» **TASK DATA**:
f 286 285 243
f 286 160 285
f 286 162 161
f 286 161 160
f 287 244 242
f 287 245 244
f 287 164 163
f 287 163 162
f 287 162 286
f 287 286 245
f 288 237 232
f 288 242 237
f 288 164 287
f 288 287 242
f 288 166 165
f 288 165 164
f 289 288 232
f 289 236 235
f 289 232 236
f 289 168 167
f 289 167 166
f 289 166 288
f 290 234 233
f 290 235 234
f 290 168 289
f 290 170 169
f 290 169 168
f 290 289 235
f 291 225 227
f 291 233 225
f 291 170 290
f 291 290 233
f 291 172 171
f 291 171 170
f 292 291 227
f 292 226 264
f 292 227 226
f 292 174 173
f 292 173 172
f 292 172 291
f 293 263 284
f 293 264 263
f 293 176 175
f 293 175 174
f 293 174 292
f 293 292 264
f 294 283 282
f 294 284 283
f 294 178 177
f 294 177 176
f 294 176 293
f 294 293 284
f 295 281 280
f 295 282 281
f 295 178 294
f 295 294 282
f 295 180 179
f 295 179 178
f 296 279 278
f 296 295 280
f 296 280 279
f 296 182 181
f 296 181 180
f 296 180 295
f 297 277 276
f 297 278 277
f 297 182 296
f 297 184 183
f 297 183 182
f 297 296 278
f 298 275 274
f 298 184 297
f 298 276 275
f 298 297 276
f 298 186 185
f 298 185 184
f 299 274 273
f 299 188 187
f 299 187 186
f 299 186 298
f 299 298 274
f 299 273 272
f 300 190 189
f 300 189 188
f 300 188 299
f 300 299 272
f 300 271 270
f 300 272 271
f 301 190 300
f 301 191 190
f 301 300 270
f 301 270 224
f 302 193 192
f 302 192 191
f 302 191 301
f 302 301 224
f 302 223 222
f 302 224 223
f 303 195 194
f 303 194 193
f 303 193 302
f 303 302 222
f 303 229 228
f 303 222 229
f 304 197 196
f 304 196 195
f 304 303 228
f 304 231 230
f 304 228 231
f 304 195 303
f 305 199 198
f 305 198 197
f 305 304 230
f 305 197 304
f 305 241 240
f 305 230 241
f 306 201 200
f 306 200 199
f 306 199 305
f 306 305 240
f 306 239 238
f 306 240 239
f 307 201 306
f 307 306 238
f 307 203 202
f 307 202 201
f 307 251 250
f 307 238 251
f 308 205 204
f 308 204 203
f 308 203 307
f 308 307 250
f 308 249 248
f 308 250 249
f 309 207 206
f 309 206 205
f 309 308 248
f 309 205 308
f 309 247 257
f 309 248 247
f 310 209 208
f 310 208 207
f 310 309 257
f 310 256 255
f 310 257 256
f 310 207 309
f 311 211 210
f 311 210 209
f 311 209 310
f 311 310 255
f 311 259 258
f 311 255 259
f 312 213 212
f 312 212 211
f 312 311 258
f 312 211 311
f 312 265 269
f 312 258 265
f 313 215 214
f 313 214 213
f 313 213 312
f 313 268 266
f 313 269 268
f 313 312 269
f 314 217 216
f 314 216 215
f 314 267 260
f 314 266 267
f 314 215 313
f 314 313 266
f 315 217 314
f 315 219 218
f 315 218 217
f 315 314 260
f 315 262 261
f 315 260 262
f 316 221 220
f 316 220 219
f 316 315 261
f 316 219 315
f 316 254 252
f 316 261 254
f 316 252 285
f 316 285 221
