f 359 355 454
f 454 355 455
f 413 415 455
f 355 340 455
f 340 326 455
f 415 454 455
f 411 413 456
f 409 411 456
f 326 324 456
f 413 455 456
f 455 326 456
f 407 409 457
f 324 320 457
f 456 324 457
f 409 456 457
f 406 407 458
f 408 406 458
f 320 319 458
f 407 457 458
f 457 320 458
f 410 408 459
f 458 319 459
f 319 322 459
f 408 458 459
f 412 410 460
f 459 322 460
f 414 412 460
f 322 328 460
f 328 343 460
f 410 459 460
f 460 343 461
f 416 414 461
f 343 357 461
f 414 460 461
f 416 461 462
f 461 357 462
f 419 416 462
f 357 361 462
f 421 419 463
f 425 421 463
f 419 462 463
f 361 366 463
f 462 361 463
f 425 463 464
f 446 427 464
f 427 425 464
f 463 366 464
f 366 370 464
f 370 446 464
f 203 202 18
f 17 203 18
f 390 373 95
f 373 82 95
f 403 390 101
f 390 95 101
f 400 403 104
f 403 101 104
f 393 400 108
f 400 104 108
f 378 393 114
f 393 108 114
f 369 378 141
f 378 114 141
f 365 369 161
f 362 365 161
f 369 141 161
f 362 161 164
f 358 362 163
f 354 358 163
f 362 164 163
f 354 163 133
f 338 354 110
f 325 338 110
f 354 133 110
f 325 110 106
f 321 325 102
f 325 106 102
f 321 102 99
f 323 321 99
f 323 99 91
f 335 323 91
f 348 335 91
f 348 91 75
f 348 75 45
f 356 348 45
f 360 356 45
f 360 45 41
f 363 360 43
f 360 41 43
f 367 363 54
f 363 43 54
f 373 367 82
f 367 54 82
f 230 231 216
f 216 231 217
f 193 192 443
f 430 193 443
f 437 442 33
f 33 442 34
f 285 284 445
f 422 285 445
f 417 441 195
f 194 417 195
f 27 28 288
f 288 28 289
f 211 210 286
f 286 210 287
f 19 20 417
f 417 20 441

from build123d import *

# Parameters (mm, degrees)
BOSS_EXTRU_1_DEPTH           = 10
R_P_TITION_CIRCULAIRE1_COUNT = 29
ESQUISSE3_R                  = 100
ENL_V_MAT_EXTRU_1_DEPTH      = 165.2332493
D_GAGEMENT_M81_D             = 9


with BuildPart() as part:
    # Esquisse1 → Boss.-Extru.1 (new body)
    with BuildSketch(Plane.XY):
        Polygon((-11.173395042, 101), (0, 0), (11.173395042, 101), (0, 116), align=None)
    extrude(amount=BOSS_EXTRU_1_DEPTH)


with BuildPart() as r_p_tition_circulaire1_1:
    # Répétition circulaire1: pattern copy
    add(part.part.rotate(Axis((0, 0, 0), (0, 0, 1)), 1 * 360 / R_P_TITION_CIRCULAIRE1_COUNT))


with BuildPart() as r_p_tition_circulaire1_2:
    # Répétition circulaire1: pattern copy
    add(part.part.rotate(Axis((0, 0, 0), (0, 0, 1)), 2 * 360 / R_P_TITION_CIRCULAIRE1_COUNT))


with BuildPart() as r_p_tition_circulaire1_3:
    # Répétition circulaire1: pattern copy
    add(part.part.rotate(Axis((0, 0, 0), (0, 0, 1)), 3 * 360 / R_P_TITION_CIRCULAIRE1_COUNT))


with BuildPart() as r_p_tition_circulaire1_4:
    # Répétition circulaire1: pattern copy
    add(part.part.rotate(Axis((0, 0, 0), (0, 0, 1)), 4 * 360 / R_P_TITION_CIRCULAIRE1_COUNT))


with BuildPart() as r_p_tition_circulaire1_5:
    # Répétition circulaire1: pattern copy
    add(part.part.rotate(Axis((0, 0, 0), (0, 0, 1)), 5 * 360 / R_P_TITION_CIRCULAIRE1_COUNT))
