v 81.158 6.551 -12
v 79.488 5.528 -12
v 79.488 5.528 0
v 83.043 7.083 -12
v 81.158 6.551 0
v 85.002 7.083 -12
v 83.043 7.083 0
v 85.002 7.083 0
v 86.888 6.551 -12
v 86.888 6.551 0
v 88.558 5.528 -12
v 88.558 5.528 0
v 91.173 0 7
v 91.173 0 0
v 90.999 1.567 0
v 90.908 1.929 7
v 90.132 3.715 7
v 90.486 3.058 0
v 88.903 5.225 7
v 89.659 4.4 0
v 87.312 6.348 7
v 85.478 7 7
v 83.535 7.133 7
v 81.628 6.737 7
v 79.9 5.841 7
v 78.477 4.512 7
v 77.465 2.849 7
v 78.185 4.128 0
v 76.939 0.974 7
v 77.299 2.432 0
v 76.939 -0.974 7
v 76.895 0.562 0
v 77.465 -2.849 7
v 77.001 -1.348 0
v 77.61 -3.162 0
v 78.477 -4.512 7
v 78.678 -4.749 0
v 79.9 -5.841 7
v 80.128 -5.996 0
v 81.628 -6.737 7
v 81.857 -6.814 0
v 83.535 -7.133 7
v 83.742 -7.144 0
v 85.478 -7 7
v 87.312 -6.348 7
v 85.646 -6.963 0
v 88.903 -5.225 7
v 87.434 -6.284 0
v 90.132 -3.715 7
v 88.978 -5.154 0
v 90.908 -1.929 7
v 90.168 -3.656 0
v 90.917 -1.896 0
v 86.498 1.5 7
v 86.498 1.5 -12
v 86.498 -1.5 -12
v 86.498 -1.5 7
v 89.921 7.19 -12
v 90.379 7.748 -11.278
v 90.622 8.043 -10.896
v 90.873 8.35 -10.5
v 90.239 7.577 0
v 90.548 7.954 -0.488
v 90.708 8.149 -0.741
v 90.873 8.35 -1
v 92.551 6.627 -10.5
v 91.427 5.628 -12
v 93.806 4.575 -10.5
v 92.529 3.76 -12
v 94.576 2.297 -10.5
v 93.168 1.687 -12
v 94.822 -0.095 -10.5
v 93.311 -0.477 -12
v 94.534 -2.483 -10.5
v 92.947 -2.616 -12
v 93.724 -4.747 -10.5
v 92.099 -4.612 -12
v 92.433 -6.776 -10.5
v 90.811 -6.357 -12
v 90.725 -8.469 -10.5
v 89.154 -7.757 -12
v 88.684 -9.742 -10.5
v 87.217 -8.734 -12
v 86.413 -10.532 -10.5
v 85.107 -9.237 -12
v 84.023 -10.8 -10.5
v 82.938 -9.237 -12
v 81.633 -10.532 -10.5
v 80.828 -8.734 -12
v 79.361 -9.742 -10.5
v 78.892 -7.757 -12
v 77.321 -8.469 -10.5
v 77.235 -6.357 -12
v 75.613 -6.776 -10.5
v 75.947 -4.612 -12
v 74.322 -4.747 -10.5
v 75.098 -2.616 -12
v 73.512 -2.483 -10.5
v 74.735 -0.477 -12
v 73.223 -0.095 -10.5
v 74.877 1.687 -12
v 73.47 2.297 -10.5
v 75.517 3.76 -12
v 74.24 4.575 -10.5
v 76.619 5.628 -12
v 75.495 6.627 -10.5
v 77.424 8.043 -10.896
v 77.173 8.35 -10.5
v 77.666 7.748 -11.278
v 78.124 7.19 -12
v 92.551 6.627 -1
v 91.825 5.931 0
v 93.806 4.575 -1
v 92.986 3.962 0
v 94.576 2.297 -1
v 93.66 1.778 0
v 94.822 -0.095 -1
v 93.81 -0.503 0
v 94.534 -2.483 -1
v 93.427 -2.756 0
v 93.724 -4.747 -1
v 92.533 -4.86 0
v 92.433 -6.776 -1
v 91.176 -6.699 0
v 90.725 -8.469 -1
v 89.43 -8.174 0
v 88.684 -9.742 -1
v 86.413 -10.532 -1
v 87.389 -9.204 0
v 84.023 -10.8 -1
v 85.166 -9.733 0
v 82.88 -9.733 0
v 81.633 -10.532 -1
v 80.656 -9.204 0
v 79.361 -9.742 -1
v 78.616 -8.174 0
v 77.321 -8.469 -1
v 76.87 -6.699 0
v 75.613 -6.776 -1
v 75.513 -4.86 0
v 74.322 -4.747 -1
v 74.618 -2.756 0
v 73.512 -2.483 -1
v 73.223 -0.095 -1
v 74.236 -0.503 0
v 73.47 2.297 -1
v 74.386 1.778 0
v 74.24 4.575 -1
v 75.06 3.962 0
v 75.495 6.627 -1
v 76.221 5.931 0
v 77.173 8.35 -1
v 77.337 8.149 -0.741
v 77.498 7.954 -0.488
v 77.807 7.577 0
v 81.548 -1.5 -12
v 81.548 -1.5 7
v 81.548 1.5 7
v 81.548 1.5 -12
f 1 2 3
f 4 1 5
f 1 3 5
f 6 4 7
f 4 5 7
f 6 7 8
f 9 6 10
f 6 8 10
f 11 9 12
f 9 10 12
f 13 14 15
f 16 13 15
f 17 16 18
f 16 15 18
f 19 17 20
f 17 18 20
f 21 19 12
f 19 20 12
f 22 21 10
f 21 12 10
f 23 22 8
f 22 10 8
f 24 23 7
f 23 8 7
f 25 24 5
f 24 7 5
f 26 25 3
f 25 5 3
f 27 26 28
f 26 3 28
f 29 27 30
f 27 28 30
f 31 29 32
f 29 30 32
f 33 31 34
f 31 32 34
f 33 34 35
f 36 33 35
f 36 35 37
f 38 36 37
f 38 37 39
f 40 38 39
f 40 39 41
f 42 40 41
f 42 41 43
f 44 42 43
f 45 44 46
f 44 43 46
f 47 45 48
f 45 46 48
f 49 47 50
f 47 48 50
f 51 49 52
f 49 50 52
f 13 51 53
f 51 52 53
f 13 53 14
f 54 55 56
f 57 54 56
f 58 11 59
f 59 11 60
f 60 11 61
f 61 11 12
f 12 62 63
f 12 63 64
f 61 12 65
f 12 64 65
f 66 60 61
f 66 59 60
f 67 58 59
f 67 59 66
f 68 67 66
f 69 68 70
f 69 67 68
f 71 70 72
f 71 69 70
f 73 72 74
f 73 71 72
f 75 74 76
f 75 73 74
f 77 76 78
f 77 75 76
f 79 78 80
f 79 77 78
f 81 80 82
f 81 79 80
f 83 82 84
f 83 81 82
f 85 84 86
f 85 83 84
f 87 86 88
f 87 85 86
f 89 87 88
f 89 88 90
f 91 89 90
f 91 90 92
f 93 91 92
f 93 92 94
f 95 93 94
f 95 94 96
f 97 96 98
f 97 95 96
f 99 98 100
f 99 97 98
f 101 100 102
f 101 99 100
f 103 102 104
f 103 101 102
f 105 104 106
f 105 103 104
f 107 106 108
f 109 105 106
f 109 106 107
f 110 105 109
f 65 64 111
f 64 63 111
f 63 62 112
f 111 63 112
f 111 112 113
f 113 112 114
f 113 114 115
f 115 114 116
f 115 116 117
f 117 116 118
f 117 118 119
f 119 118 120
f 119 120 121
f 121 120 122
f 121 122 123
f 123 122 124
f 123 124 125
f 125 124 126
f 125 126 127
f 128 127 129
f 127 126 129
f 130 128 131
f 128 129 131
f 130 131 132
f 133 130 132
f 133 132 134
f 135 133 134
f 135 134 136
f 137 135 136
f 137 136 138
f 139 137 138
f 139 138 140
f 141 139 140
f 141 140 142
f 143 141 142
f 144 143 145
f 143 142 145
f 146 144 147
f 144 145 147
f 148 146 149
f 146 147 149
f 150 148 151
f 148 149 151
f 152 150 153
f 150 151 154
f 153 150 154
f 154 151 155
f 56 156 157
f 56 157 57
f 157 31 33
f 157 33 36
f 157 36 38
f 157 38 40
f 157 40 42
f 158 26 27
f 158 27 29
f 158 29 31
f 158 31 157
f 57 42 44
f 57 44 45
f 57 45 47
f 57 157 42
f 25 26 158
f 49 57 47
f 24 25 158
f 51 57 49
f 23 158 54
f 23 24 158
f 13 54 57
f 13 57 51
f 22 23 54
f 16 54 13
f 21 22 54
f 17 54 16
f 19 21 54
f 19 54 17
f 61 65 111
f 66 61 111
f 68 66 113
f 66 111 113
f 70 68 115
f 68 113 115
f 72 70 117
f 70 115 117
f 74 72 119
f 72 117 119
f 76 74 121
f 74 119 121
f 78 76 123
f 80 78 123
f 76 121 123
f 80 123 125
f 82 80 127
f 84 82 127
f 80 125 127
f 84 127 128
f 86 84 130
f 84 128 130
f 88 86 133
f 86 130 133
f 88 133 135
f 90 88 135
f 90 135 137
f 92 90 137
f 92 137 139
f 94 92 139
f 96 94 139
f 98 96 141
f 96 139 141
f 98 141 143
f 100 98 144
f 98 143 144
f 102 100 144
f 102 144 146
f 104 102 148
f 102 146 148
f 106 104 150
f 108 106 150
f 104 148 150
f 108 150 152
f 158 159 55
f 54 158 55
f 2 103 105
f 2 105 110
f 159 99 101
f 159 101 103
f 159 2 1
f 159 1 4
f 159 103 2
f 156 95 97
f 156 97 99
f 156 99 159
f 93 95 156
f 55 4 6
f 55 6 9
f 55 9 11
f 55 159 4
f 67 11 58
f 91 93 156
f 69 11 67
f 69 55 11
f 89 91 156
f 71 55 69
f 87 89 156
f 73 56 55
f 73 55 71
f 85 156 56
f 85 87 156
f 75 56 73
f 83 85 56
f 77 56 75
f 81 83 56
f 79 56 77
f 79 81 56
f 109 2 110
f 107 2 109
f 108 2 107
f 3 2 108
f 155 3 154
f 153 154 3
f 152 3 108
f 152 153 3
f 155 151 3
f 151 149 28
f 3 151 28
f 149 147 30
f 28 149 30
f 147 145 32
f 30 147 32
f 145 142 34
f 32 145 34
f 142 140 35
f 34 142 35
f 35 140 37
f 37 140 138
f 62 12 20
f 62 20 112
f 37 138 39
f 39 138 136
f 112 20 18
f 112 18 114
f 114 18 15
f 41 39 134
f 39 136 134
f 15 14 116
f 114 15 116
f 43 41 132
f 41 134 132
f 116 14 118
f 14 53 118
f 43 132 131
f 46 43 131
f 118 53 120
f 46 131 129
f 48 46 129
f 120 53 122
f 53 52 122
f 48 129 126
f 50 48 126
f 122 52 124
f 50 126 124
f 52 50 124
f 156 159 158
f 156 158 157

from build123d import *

# Parameters (mm, degrees)
SKETCH009_R     = 7.15
PAD009_DEPTH    = 7
PAD010_DEPTH    = 12
SKETCH011_W     = 4.95
SKETCH011_H     = 3
POCKET_DEPTH    = 19.001
CHAMFER_SIZE    = 1.5
CHAMFER001_SIZE = 1


with BuildPart() as part:
    # Sketch009 → Pad009 (new body)
    with BuildSketch(Plane.XY):
        with Locations((84.022852, 0)):
            Circle(SKETCH009_R)
    extrude(amount=PAD009_DEPTH)

    # Sketch010 (on Face2 of Pad009) → Pad010 (join)
    with BuildSketch(Plane(origin=(0, 0, 0), x_dir=(1, 0, 0), z_dir=(0, 0, -1))):
        with BuildLine():
            ThreePointArc((90.872852, -8.349701), (84.022852, 10.8), (77.172852, -8.349701))
            Line((79.487898, -5.527811), (77.172852, -8.349701))
            ThreePointArc((79.487898, -5.527811), (84.022852, -7.15), (88.557806, -5.527811))
            Line((88.557806, -5.527811), (90.872852, -8.349701))
        make_face()
    extrude(amount=PAD010_DEPTH)

    # Sketch011 (on Face8 of Pad010) → Pocket (cut, through all)
    with BuildSketch(Plane(origin=(0, 0, -12), x_dir=(1, 0, 0), z_dir=(0, 0, -1))):
        with Locations((84.022852, 0)):
            Rectangle(SKETCH011_W, SKETCH011_H)
    extrude(amount=-POCKET_DEPTH, mode=Mode.SUBTRACT)

    # Chamfer
    chamfer_edges = [part.edges().sort_by_distance(p)[0] for p in [
        (84.022852, -10.8, -12),
    ]]
    chamfer(chamfer_edges, length=CHAMFER_SIZE)

    # Chamfer001
    chamfer001_edges = [part.edges().sort_by_distance(p)[0] for p in [
        (84.022852, -10.8, 0),
    ]]
    chamfer(chamfer001_edges, length=CHAMFER001_SIZE)


solid = part.part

» **WHAT THE TASK REQUIRES**: Copy out the range of lines above starting at the line with "v 77.465 -2.849 7" and ending at the line with "v 74.735 -0.477 -12", exactly and including both.

» **TASK SOLUTION**:
v 77.465 -2.849 7
v 77.001 -1.348 0
v 77.61 -3.162 0
v 78.477 -4.512 7
v 78.678 -4.749 0
v 79.9 -5.841 7
v 80.128 -5.996 0
v 81.628 -6.737 7
v 81.857 -6.814 0
v 83.535 -7.133 7
v 83.742 -7.144 0
v 85.478 -7 7
v 87.312 -6.348 7
v 85.646 -6.963 0
v 88.903 -5.225 7
v 87.434 -6.284 0
v 90.132 -3.715 7
v 88.978 -5.154 0
v 90.908 -1.929 7
v 90.168 -3.656 0
v 90.917 -1.896 0
v 86.498 1.5 7
v 86.498 1.5 -12
v 86.498 -1.5 -12
v 86.498 -1.5 7
v 89.921 7.19 -12
v 90.379 7.748 -11.278
v 90.622 8.043 -10.896
v 90.873 8.35 -10.5
v 90.239 7.577 0
v 90.548 7.954 -0.488
v 90.708 8.149 -0.741
v 90.873 8.35 -1
v 92.551 6.627 -10.5
v 91.427 5.628 -12
v 93.806 4.575 -10.5
v 92.529 3.76 -12
v 94.576 2.297 -10.5
v 93.168 1.687 -12
v 94.822 -0.095 -10.5
v 93.311 -0.477 -12
v 94.534 -2.483 -10.5
v 92.947 -2.616 -12
v 93.724 -4.747 -10.5
v 92.099 -4.612 -12
v 92.433 -6.776 -10.5
v 90.811 -6.357 -12
v 90.725 -8.469 -10.5
v 89.154 -7.757 -12
v 88.684 -9.742 -10.5
v 87.217 -8.734 -12
v 86.413 -10.532 -10.5
v 85.107 -9.237 -12
v 84.023 -10.8 -10.5
v 82.938 -9.237 -12
v 81.633 -10.532 -10.5
v 80.828 -8.734 -12
v 79.361 -9.742 -10.5
v 78.892 -7.757 -12
v 77.321 -8.469 -10.5
v 77.235 -6.357 -12
v 75.613 -6.776 -10.5
v 75.947 -4.612 -12
v 74.322 -4.747 -10.5
v 75.098 -2.616 -12
v 73.512 -2.483 -10.5
v 74.735 -0.477 -12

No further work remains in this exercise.